De novo o crucifixo – o que está acontecendo neste país? Estava claro que haveria críticas à decisão do governador da Baviera, Markus Söder, de mandar pendurar um crucifixo na área de entrada de repartições públicas em seu estado.
Certas associações islâmicas gostam de enfatizar o quanto se sentem marginalizadas em tudo que é possível. E até mesmo o número crescente de ateus reivindica de forma cada vez mais clara seu suposto direito de, por favor, nunca e em nenhum lugar serem incomodados pela religião – seja pelo sino da missa de domingo ou pela proibição de dançar na Sexta-feira Santa.
Mas à frente do coro dos críticos estão as principais mentes das igrejas cristãs, particularmente as da Igreja Católica. À frente de todos, o arcebispo de Munique, o cardeal Reinhard Marx. Segundo ele, o crucifixo foi expropriado em nome do Estado – e este não tem o direito de explicar o significado do crucifixo.
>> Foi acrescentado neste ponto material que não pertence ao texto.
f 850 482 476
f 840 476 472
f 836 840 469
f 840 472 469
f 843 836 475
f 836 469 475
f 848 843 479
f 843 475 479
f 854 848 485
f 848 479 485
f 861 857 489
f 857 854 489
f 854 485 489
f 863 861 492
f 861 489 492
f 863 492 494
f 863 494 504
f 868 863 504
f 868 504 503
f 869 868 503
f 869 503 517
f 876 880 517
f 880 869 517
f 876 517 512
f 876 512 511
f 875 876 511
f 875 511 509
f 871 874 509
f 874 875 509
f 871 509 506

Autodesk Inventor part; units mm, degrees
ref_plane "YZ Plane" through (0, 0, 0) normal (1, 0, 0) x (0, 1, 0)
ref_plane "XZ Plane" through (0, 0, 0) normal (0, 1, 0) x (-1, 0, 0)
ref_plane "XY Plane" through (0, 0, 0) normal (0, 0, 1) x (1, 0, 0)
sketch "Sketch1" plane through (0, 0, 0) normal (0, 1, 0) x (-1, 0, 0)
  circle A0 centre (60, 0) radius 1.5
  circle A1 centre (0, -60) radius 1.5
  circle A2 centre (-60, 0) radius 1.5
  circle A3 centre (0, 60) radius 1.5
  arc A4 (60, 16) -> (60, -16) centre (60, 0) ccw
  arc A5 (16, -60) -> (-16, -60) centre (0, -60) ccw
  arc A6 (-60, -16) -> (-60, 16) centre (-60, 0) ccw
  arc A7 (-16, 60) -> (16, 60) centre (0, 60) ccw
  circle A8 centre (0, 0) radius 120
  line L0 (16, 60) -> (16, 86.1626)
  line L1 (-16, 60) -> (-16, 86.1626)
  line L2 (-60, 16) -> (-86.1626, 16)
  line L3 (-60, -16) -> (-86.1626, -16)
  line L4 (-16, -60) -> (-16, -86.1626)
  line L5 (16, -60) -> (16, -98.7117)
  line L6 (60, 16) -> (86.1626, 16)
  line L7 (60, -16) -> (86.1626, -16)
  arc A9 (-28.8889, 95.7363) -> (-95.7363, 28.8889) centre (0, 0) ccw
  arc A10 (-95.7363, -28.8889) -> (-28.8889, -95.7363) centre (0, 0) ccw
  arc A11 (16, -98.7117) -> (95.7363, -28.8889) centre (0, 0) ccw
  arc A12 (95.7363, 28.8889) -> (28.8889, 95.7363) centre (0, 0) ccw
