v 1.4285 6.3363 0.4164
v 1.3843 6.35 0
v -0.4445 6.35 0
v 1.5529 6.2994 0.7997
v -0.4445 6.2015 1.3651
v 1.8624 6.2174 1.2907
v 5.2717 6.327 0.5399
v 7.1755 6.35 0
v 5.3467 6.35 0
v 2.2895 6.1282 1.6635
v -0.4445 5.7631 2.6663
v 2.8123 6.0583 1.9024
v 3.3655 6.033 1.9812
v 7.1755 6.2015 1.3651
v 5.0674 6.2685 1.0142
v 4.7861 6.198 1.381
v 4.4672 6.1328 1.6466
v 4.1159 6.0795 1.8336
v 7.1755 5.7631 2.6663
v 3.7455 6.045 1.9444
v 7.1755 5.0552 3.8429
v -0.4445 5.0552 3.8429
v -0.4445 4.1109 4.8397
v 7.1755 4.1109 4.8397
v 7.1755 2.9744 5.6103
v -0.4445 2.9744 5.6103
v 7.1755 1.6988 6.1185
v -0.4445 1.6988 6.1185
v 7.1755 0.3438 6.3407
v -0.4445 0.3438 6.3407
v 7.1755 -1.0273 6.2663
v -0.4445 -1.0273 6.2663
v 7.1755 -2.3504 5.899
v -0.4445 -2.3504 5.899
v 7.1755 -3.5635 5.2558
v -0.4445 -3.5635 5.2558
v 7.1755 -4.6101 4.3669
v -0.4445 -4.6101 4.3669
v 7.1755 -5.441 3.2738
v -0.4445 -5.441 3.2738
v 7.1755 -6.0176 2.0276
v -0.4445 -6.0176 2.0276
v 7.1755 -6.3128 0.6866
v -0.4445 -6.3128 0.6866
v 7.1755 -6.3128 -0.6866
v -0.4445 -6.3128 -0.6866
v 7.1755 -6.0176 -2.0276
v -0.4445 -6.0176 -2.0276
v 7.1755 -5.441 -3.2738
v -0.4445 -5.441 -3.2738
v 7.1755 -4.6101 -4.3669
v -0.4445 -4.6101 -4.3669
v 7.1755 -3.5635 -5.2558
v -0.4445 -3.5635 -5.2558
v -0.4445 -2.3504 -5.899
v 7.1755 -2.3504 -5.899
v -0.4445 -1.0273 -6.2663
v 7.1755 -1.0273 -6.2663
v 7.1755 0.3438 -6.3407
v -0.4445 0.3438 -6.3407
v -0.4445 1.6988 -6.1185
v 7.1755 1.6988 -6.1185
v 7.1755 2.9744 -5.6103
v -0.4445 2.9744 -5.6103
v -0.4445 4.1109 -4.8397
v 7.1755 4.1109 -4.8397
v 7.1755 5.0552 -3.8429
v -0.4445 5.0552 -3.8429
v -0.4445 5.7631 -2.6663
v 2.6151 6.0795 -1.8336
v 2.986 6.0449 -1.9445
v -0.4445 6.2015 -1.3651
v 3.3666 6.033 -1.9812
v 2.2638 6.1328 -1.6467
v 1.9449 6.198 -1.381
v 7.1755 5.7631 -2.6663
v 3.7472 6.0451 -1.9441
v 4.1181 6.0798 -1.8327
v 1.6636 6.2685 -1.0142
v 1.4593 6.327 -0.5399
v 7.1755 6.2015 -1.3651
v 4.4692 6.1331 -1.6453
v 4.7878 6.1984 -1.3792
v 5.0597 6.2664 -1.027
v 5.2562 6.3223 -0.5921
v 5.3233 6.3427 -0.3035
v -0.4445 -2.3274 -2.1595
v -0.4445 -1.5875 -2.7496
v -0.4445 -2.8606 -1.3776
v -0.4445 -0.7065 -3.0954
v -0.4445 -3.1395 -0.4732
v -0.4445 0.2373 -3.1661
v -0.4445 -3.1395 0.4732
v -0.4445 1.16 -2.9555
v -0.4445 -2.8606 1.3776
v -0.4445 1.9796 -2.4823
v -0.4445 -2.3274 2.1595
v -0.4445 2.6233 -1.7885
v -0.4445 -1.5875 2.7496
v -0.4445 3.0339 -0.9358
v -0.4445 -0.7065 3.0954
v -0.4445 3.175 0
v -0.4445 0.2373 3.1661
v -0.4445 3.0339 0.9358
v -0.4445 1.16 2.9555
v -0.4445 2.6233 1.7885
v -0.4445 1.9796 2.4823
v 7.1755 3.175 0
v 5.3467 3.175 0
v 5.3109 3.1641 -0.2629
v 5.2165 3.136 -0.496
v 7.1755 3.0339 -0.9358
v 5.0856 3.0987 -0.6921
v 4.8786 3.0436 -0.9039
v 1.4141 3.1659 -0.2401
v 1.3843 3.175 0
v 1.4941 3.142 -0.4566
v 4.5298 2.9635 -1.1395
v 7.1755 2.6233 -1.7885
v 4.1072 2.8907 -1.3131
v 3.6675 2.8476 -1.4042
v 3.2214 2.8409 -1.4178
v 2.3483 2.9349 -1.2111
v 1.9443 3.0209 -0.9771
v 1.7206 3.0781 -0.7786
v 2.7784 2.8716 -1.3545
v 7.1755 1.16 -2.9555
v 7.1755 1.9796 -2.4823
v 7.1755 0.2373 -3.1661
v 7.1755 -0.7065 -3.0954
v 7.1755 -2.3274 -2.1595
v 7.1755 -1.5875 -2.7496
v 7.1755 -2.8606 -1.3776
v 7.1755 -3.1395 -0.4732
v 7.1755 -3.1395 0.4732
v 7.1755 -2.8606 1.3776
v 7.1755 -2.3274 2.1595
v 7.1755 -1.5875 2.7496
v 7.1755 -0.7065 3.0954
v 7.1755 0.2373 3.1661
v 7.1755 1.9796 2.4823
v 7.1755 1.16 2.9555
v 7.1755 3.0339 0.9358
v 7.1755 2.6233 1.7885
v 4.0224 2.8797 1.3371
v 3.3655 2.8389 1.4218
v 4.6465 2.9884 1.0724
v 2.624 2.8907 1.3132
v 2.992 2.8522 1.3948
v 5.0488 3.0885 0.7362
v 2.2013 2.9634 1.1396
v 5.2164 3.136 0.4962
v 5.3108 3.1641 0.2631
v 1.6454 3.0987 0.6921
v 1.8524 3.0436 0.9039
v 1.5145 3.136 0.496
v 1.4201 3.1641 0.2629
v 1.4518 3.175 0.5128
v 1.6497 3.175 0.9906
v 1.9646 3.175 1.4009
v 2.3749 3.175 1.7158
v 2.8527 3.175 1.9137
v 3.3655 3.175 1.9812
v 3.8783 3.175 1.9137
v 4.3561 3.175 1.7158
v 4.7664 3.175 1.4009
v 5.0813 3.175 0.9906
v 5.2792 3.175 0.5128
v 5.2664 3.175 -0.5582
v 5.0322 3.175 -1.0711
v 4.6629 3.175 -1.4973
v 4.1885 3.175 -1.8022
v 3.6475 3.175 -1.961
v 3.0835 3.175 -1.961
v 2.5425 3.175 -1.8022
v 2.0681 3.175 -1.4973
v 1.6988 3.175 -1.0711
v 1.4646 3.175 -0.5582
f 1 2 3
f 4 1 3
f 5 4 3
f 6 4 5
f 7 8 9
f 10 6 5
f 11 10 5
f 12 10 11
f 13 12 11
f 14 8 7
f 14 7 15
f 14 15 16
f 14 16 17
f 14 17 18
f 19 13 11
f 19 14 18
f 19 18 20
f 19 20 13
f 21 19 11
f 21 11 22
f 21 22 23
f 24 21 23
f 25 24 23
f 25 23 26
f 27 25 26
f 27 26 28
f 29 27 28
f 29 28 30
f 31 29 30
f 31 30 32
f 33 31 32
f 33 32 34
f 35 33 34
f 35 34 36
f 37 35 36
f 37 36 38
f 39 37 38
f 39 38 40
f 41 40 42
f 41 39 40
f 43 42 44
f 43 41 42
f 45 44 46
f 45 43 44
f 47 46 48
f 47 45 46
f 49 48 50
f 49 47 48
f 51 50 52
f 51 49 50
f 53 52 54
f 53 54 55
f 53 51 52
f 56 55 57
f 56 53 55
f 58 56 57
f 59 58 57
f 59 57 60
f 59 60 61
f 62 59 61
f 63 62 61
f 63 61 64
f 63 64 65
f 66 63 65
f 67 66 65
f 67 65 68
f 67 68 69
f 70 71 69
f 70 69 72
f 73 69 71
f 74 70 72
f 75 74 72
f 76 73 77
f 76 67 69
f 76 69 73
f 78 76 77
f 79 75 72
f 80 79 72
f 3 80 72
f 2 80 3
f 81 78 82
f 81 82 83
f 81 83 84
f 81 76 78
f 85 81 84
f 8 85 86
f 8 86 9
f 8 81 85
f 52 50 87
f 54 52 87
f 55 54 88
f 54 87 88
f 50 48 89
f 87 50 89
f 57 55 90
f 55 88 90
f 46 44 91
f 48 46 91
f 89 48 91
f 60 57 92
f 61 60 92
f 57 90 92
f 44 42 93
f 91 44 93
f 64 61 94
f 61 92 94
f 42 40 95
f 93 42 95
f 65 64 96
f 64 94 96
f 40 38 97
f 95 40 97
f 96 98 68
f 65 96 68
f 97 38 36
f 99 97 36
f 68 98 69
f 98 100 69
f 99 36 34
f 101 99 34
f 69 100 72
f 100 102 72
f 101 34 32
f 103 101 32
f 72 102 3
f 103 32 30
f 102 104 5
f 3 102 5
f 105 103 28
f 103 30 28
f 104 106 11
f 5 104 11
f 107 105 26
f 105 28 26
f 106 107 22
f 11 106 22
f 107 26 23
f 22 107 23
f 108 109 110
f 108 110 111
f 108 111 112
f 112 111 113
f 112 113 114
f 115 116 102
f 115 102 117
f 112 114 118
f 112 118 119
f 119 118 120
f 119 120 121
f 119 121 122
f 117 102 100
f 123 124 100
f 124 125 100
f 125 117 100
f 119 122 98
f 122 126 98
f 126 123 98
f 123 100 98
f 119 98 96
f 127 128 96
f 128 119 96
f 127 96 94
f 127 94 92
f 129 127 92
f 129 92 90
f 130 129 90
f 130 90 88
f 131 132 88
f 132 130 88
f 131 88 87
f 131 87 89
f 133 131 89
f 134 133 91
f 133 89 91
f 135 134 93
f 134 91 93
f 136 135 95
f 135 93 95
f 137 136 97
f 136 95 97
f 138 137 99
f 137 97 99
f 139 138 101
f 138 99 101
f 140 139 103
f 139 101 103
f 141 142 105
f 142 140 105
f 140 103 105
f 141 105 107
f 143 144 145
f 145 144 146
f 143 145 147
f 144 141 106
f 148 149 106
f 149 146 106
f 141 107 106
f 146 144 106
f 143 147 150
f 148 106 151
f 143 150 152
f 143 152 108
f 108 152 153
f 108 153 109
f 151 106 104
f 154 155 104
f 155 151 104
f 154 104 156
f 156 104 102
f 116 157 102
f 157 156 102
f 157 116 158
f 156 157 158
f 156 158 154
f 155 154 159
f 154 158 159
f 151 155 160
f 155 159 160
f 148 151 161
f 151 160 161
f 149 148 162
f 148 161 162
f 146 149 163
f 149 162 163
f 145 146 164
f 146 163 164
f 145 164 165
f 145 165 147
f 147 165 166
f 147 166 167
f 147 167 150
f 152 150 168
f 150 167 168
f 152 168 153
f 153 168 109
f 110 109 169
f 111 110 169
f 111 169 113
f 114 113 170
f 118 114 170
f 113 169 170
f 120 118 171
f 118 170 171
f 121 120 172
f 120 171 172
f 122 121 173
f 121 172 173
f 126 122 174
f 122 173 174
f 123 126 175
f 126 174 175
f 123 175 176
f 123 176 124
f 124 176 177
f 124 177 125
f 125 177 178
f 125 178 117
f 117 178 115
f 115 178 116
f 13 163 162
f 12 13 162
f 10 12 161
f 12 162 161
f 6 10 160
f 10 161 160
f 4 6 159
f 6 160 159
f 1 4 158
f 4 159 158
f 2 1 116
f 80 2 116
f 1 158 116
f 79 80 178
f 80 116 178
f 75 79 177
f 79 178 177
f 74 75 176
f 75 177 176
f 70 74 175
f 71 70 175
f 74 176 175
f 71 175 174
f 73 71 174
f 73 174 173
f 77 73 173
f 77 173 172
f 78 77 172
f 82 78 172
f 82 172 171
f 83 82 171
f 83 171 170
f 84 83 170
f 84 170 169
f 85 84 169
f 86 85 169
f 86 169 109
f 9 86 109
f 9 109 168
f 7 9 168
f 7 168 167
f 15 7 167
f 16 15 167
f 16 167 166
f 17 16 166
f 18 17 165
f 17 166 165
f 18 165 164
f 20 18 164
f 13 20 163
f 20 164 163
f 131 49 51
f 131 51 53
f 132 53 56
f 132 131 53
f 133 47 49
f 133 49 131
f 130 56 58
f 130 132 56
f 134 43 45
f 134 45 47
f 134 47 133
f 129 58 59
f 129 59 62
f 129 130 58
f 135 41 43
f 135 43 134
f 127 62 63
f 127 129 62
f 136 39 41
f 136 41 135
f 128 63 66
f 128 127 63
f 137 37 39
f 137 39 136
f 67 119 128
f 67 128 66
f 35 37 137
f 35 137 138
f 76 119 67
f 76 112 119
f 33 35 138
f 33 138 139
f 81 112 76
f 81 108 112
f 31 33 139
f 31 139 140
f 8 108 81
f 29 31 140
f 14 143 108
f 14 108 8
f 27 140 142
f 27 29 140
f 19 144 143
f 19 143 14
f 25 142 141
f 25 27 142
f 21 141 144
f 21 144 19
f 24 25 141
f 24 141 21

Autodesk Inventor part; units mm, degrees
ref_plane "YZ Plane" through (0, 0, 0) normal (1, 0, 0) x (0, 1, 0)
ref_plane "XZ Plane" through (0, 0, 0) normal (0, 1, 0) x (-1, 0, 0)
sketch "Sketch2" plane through (0, 0, 0) normal (0, 0, 1) x (1, 0, 0)
  line L0 (0, 0) -> (7.62, 0)
  line L1 (-0.4445, 6.35) -> (7.1755, 6.35)
  line L2 (7.1755, 6.35) -> (7.1755, 3.175)
  line L3 (7.1755, 3.175) -> (-0.4445, 3.175)
  line L4 (-0.4445, 3.175) -> (-0.4445, 6.35)
  point P0 (3.3655, 6.35)
  dimension "d8" = 7.62
  dimension "d9" = 3.175
  dimension "d10" = 7.62
  dimension "d11" = 3.175
revolve "Revolution1" add sketch "Sketch2" angle 360 about axis through (0, 0, 0) along (1, 0, 0)
ref_plane "Work Plane1" through (3.3655, 6.35, 0) normal (0, 1, 0) x (-1, 0, 0)
sketch "Sketch3" plane through (3.3655, 6.35, 0) normal (0, 1, 0) x (-1, 0, 0)
  point P0 (3.3655, 0)
  point P1 (0, 0)
hole "Hole1" at (3.3655, 6.35, 0) direction (0, -1, 0) diameter 3.9624 depth 3.175 tip angle 118 thread size "10-32 UNF" class "2B" standard "ANSI Unified Screw Threads"
equation "\"d10\" = d8"
properties part number "Collar" material "Aluminum 6061"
O cardeal deveria ficar feliz por ser o presidente da Conferência Episcopal na Alemanha, porque ele dificilmente poderia ocupar este cargo na Suíça, na Escandinávia, na Grécia, na Sérvia, na Eslováquia, na Geórgia ou no Reino Unido.
Por quê? Cruzes decoram as respectivas bandeiras nacionais – os símbolos do poder do Estado, par excellence! "Escândalo" e "parem o ladrão", estariam gritando por lá o cardeal e seus aliados. E há quem fique surpreso com o fato de todos eles ficarem em silêncio diante de cruzes de ferro em qualquer tanque, caça ou navio de guerra da Bundeswehr – embora várias centenas de muçulmanos sirvam às Forças Armadas da Alemanha há bastante tempo. E a Bundeswehr certamente não executa guerras santas.
Não, a Igreja Católica não tem o monopólio sobre o crucifixo. A cruz é uma expressão de identidade cristã que moldou a Europa durante séculos. A Baviera, a Alemanha e, de fato, toda a Europa certamente não teriam sua forma atual sem essa característica cristã. Especialmente porque muitos direitos e liberdades foram conquistados em confrontações com a Igreja. Quem não sabe ou não quer admitir pode simplesmente ler um livro sobre a história cultural da Europa.
É mais do que irônico quando é deixado justamente para Ahmad Mansour, um muçulmano de origem palestina, elucidar a situação em horário nobre na televisão alemã: "Nós não mostramos às pessoas que vêm a nós valores claros. Isso é um grande déficit. A frase 'nós vamos conseguir' [slogan usado pela chanceler federal alemã, Angela Merkel, no auge da crise migratória] não é suficiente"!
E é exatamente sobre isso que se trata na Baviera – não sobre marginalização, mas sobre qual espírito e com quais valores se deve trabalhar nas repartições públicas do estado. Valores que evoluíram ao longo de séculos e que abrangem o espaço cultural da Sicília à Lapônia. Valores que ninguém quer deixar de ter aqui – e passaram a ser atraentes a mais e mais pessoas de outras partes do mundo.
Sim, claro que um crucifixo no saguão não define uma boa administração ou escola. Para tal, precisa-se de pessoas que carregam esses valores, que façam com que outros os sintam. Mas certamente serve como lembrete, missão e advertência.
E não, cardeal: o crucifixo e sua mensagem não pertencem à Igreja e aos clérigos. A cruz representa muito mais. Ela serve – veja o início deste texto – até como uma maldição. Mas já que o Deus cristão é um Deus gracioso, ele certamente me perdoará por isso.